Transcribe only the lines of the listing below from the one holding "f 772 643 773" through the one holding "f 741 471 483", inclusive, without any change.

_Data for analysis:_
--- START ---
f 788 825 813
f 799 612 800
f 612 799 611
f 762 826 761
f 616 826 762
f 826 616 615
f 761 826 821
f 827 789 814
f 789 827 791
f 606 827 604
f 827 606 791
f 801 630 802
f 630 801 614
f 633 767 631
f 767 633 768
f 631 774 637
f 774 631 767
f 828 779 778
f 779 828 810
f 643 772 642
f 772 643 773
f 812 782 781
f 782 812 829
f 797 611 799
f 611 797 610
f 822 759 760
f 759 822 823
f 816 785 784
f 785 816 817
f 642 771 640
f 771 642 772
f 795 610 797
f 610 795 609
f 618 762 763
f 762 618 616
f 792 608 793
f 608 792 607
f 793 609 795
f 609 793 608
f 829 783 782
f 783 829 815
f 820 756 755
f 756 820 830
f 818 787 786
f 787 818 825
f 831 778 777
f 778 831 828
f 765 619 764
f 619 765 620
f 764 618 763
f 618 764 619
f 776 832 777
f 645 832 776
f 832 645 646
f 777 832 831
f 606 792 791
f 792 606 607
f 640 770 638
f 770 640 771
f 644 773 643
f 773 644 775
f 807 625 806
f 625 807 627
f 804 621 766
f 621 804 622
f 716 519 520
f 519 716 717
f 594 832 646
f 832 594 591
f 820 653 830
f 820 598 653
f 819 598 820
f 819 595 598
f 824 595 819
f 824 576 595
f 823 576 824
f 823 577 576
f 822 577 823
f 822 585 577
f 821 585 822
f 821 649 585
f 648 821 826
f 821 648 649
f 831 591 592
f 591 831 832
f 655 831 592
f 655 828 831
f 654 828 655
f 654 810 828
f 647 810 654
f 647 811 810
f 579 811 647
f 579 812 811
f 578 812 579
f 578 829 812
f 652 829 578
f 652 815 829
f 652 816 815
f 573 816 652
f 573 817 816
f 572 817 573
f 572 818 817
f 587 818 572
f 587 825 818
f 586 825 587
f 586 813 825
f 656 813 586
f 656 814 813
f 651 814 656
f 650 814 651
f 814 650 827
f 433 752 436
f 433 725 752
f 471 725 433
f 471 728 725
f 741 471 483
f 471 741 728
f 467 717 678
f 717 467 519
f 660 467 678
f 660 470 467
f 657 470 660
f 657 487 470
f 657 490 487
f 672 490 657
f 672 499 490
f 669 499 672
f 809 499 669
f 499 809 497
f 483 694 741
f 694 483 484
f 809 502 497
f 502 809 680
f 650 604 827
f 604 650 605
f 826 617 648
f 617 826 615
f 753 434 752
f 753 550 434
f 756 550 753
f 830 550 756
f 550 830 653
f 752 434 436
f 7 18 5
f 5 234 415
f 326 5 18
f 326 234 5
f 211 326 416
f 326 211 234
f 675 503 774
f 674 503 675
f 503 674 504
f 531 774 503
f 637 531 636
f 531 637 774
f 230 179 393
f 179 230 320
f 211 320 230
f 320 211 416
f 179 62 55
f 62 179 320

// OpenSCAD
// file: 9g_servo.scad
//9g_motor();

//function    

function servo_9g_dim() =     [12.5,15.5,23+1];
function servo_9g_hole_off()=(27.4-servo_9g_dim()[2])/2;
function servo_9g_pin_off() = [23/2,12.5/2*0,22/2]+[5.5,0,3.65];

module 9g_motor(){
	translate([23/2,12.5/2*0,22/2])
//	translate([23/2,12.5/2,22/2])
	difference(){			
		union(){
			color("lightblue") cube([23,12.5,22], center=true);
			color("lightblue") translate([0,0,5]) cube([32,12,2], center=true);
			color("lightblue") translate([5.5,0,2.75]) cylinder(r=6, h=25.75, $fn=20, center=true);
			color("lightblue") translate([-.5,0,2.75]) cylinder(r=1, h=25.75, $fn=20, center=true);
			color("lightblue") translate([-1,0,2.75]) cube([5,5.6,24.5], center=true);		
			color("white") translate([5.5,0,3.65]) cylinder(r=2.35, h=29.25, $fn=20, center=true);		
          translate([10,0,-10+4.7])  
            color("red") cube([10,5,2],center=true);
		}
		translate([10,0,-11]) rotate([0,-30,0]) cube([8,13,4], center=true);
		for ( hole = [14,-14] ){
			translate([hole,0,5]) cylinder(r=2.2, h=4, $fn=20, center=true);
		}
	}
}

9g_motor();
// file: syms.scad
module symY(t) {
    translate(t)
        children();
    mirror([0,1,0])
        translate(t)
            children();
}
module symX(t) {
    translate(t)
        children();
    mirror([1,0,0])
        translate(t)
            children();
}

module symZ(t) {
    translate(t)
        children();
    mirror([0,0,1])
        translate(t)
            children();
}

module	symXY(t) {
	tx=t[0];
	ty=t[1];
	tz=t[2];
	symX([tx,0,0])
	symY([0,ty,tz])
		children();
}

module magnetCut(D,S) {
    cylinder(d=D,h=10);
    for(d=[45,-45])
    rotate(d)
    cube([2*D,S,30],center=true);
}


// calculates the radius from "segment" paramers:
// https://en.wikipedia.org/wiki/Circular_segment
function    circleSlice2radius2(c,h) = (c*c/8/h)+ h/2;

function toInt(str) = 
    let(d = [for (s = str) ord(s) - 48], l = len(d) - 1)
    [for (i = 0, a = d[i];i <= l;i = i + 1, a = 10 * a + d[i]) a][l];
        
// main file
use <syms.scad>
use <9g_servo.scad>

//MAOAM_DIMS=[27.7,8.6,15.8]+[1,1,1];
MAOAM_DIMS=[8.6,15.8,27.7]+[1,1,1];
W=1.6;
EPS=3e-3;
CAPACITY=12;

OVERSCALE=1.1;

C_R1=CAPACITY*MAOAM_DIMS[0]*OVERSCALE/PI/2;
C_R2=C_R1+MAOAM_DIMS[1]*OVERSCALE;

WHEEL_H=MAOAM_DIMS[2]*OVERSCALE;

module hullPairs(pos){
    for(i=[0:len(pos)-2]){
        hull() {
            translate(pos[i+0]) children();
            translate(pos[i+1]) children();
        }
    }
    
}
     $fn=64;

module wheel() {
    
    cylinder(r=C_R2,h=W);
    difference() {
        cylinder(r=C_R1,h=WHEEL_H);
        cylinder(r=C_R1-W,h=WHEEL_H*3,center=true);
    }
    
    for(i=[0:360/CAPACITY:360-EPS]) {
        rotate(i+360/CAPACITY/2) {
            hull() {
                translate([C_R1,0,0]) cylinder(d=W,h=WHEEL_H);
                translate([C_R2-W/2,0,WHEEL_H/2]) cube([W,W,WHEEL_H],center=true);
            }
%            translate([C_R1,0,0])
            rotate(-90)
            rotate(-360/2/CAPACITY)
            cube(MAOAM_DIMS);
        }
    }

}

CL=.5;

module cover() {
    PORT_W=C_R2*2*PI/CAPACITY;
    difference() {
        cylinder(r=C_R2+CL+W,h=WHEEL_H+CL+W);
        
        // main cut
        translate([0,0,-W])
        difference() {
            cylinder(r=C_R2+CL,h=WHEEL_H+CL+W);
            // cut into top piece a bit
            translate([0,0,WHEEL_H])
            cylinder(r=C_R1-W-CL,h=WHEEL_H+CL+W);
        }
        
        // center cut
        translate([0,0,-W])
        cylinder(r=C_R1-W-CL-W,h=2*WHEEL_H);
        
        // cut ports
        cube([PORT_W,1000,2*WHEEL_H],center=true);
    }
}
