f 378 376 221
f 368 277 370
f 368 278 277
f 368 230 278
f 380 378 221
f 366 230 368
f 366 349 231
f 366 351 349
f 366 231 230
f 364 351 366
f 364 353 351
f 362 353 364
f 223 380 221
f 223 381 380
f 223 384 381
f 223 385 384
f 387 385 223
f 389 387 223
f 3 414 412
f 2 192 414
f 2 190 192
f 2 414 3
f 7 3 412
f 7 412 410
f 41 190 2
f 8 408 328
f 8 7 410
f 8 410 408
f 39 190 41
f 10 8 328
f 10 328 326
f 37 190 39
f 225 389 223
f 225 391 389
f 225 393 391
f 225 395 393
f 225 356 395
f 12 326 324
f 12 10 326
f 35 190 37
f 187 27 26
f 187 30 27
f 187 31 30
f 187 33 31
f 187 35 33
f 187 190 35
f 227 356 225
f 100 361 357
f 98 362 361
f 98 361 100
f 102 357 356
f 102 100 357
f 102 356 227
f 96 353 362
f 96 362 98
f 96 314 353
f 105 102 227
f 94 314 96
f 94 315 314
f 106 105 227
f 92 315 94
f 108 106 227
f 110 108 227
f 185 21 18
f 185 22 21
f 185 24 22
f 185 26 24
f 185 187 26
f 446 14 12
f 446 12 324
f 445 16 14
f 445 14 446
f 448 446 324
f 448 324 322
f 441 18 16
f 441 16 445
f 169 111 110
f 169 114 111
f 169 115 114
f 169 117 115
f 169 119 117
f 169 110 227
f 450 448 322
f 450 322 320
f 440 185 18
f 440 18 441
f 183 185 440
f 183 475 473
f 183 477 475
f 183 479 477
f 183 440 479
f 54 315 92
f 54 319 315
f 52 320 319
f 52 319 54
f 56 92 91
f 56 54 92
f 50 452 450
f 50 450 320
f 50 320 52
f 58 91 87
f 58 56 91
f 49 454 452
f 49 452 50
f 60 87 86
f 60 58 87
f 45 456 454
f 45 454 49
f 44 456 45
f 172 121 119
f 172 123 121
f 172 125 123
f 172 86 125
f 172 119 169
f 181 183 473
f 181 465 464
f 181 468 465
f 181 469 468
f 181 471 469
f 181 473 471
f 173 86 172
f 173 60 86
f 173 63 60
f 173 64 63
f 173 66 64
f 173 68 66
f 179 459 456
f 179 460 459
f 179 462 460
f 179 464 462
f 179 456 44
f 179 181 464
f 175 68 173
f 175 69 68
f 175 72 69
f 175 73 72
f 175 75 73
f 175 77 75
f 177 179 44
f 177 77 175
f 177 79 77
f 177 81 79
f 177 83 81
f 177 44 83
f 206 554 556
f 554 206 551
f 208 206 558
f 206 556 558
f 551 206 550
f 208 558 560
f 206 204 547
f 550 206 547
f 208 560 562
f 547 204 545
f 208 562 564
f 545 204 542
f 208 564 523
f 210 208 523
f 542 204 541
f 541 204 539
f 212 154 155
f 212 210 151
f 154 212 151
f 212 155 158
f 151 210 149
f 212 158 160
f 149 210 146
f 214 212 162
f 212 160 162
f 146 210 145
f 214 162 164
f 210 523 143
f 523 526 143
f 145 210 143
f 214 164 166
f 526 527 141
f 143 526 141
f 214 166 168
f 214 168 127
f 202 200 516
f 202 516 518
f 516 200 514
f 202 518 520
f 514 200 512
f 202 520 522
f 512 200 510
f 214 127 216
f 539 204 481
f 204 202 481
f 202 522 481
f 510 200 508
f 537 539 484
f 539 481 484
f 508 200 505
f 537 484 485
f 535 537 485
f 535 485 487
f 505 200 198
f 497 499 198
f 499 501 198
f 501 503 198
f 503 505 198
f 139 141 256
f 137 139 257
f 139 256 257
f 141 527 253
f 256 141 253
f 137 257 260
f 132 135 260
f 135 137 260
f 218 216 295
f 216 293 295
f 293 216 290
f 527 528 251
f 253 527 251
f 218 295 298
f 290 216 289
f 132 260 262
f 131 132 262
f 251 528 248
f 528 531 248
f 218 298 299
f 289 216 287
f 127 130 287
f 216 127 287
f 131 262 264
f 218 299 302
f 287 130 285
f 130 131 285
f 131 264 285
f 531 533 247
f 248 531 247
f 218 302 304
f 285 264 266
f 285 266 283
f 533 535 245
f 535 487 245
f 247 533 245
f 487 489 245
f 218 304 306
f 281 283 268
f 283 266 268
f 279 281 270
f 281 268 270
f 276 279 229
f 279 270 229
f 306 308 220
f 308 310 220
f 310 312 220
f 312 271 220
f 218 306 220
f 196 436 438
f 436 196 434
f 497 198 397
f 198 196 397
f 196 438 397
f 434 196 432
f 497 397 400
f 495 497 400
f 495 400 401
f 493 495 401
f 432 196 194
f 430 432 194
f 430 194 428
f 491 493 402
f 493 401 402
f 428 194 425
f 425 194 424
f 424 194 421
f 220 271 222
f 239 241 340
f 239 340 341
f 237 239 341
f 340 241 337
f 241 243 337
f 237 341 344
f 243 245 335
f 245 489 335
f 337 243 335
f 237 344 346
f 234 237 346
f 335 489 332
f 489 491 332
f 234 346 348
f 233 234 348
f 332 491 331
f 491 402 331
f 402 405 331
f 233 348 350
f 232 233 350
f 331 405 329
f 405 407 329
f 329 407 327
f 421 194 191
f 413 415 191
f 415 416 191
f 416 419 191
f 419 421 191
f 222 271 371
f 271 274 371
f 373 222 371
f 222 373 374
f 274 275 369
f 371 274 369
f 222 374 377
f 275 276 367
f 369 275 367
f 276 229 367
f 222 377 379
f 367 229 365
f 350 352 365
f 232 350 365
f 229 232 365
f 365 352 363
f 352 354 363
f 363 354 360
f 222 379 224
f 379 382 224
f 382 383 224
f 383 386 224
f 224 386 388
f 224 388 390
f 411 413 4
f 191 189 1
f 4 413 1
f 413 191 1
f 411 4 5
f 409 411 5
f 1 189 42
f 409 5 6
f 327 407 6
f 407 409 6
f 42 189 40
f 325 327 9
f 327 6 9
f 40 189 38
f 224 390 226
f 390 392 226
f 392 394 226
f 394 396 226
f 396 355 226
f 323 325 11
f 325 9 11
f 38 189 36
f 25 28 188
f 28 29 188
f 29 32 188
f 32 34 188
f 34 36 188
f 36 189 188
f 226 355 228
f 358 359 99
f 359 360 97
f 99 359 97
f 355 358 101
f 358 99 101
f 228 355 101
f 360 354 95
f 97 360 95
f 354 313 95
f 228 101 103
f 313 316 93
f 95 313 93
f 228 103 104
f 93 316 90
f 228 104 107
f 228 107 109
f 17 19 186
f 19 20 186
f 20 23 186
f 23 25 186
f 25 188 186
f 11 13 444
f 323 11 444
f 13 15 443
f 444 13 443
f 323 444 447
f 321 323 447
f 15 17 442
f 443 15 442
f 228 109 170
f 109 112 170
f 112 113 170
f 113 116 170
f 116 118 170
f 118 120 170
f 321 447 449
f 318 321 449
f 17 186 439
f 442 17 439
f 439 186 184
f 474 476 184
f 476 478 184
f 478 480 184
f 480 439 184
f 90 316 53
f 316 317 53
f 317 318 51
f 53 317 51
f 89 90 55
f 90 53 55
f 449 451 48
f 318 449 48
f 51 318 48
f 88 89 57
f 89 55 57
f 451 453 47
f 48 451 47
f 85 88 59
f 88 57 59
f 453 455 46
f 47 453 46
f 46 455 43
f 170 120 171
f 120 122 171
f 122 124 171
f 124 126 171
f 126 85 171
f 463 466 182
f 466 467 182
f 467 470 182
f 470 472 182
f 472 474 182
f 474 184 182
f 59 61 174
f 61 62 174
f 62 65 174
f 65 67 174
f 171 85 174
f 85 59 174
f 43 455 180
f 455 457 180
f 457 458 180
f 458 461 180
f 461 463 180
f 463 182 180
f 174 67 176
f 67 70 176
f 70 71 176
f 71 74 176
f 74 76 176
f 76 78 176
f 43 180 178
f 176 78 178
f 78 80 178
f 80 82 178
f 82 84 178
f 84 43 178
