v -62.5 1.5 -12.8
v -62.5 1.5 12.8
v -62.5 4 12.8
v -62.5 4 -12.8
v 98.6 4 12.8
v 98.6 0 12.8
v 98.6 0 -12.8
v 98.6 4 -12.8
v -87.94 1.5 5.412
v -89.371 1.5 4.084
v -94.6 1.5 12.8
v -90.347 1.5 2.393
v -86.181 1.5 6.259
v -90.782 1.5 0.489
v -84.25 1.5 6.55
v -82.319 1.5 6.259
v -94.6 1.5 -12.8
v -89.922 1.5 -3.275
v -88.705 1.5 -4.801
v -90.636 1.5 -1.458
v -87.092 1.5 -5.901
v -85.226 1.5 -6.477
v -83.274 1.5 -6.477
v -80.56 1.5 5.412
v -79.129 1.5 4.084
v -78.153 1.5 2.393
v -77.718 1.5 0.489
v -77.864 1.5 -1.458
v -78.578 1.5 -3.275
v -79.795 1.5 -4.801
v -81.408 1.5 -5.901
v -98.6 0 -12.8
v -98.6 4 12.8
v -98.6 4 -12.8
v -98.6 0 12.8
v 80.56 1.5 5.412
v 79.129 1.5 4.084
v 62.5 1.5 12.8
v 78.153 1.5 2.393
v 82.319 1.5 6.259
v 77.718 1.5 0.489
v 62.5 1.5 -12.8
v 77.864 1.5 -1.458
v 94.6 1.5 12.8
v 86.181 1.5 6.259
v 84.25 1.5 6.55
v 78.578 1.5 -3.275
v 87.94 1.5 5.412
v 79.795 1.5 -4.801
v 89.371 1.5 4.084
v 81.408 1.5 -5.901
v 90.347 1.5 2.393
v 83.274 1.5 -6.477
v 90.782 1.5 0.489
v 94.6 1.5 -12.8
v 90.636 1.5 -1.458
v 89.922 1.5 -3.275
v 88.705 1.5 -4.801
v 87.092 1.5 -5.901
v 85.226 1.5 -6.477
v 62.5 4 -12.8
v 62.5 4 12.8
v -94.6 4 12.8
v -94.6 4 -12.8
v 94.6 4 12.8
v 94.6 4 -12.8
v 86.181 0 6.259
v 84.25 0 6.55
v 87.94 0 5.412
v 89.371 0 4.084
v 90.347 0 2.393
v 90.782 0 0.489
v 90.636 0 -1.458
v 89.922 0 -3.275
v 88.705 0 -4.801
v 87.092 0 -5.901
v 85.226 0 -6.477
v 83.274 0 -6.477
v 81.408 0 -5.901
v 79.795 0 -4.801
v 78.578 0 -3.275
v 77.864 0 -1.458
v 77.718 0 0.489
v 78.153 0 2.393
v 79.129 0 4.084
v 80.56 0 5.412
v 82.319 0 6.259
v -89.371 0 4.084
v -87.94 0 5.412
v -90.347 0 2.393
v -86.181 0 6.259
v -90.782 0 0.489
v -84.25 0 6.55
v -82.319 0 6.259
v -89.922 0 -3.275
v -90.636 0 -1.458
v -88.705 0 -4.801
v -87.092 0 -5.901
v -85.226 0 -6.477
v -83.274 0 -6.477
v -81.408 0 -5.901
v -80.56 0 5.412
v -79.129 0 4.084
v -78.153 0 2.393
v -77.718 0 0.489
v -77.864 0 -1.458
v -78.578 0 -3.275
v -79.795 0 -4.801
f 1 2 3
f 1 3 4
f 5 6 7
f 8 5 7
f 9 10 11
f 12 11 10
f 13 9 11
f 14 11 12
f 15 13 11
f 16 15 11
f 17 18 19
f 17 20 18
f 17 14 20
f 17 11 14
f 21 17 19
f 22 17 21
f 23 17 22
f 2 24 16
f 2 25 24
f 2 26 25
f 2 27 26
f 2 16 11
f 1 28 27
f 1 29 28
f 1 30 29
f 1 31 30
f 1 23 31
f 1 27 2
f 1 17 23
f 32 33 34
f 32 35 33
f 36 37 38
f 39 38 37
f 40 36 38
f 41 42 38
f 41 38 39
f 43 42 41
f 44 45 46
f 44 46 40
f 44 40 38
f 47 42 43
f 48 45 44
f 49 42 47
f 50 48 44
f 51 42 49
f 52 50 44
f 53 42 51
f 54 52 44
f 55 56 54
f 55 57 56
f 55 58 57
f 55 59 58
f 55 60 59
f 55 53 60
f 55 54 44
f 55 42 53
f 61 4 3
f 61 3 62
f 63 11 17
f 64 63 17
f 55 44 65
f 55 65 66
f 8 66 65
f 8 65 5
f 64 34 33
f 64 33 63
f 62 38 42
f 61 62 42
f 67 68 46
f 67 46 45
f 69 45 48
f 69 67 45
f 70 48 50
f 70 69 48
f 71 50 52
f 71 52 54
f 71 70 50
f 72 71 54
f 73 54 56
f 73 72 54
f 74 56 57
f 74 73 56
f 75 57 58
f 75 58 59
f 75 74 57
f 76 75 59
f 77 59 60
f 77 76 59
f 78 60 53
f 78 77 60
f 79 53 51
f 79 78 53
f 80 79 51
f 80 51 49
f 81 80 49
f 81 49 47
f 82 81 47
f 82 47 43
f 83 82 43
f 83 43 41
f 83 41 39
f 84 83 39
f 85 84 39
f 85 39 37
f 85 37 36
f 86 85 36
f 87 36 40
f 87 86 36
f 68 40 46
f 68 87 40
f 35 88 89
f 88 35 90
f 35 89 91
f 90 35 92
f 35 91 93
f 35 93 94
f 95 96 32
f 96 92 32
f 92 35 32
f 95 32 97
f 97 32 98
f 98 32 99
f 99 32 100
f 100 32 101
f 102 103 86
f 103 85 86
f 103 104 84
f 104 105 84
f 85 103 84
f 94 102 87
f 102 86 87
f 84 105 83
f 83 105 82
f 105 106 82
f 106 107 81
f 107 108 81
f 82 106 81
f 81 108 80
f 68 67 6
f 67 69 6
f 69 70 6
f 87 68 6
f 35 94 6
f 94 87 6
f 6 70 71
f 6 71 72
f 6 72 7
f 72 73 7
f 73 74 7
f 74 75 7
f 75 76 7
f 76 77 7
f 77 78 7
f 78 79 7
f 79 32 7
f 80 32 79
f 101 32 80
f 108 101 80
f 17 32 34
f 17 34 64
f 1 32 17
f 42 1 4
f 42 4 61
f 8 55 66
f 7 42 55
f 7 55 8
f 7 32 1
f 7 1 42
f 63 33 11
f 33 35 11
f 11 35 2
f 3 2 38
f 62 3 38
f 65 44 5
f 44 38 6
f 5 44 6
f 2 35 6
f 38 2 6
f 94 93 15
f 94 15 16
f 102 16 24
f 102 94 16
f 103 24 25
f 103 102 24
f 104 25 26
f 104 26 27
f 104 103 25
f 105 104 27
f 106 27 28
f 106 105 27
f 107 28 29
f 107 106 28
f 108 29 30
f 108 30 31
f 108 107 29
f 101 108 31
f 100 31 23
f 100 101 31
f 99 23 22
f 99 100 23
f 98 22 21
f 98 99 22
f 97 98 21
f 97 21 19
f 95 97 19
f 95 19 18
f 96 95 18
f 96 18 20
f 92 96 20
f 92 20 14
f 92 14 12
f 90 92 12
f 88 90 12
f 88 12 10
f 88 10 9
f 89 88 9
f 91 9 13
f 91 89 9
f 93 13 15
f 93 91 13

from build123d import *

# Parameters (mm, degrees)
SKETCH1_W           = 197.2
SKETCH1_H           = 25.6
SKETCH1_R           = 6.55
BOSS_EXTRUDE1_DEPTH = 1.5
SKETCH3_W           = 125
SKETCH3_H           = 25.6
SKETCH3_W_2         = 4
BOSS_EXTRUDE3_DEPTH = 2.5


with BuildPart() as part:
    # Sketch1 → Boss-Extrude1 (new body)
    with BuildSketch(Plane(origin=(0, 0, 0), x_dir=(1, 0, 0), z_dir=(0, 1, 0))):
        Rectangle(SKETCH1_W, SKETCH1_H)
        with Locations(Location((-84.25, 0, 0), (0, 0, 270))):
            Circle(SKETCH1_R, mode=Mode.SUBTRACT)
        with Locations(Location((84.25, 0, 0), (0, 0, 270))):
            Circle(SKETCH1_R, mode=Mode.SUBTRACT)
    extrude(amount=BOSS_EXTRUDE1_DEPTH)

    # Sketch3 → Boss-Extrude3 (add)
    with BuildSketch(Plane(origin=(0, 1.5, 0), x_dir=(1, 0, 0), z_dir=(0, 1, 0))):
        Rectangle(SKETCH3_W, SKETCH3_H)
        with Locations((-96.6, 0)):
            Rectangle(SKETCH3_W_2, SKETCH3_H)
        with Locations((96.6, 0)):
            Rectangle(SKETCH3_W_2, SKETCH3_H)
    extrude(amount=BOSS_EXTRUDE3_DEPTH)


solid = part.part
--- END ---
_Solution to this problem:_
f 772 643 773
f 812 782 781
f 782 812 829
f 797 611 799
f 611 797 610
f 822 759 760
f 759 822 823
f 816 785 784
f 785 816 817
f 642 771 640
f 771 642 772
f 795 610 797
f 610 795 609
f 618 762 763
f 762 618 616
f 792 608 793
f 608 792 607
f 793 609 795
f 609 793 608
f 829 783 782
f 783 829 815
f 820 756 755
f 756 820 830
f 818 787 786
f 787 818 825
f 831 778 777
f 778 831 828
f 765 619 764
f 619 765 620
f 764 618 763
f 618 764 619
f 776 832 777
f 645 832 776
f 832 645 646
f 777 832 831
f 606 792 791
f 792 606 607
f 640 770 638
f 770 640 771
f 644 773 643
f 773 644 775
f 807 625 806
f 625 807 627
f 804 621 766
f 621 804 622
f 716 519 520
f 519 716 717
f 594 832 646
f 832 594 591
f 820 653 830
f 820 598 653
f 819 598 820
f 819 595 598
f 824 595 819
f 824 576 595
f 823 576 824
f 823 577 576
f 822 577 823
f 822 585 577
f 821 585 822
f 821 649 585
f 648 821 826
f 821 648 649
f 831 591 592
f 591 831 832
f 655 831 592
f 655 828 831
f 654 828 655
f 654 810 828
f 647 810 654
f 647 811 810
f 579 811 647
f 579 812 811
f 578 812 579
f 578 829 812
f 652 829 578
f 652 815 829
f 652 816 815
f 573 816 652
f 573 817 816
f 572 817 573
f 572 818 817
f 587 818 572
f 587 825 818
f 586 825 587
f 586 813 825
f 656 813 586
f 656 814 813
f 651 814 656
f 650 814 651
f 814 650 827
f 433 752 436
f 433 725 752
f 471 725 433
f 471 728 725
f 741 471 483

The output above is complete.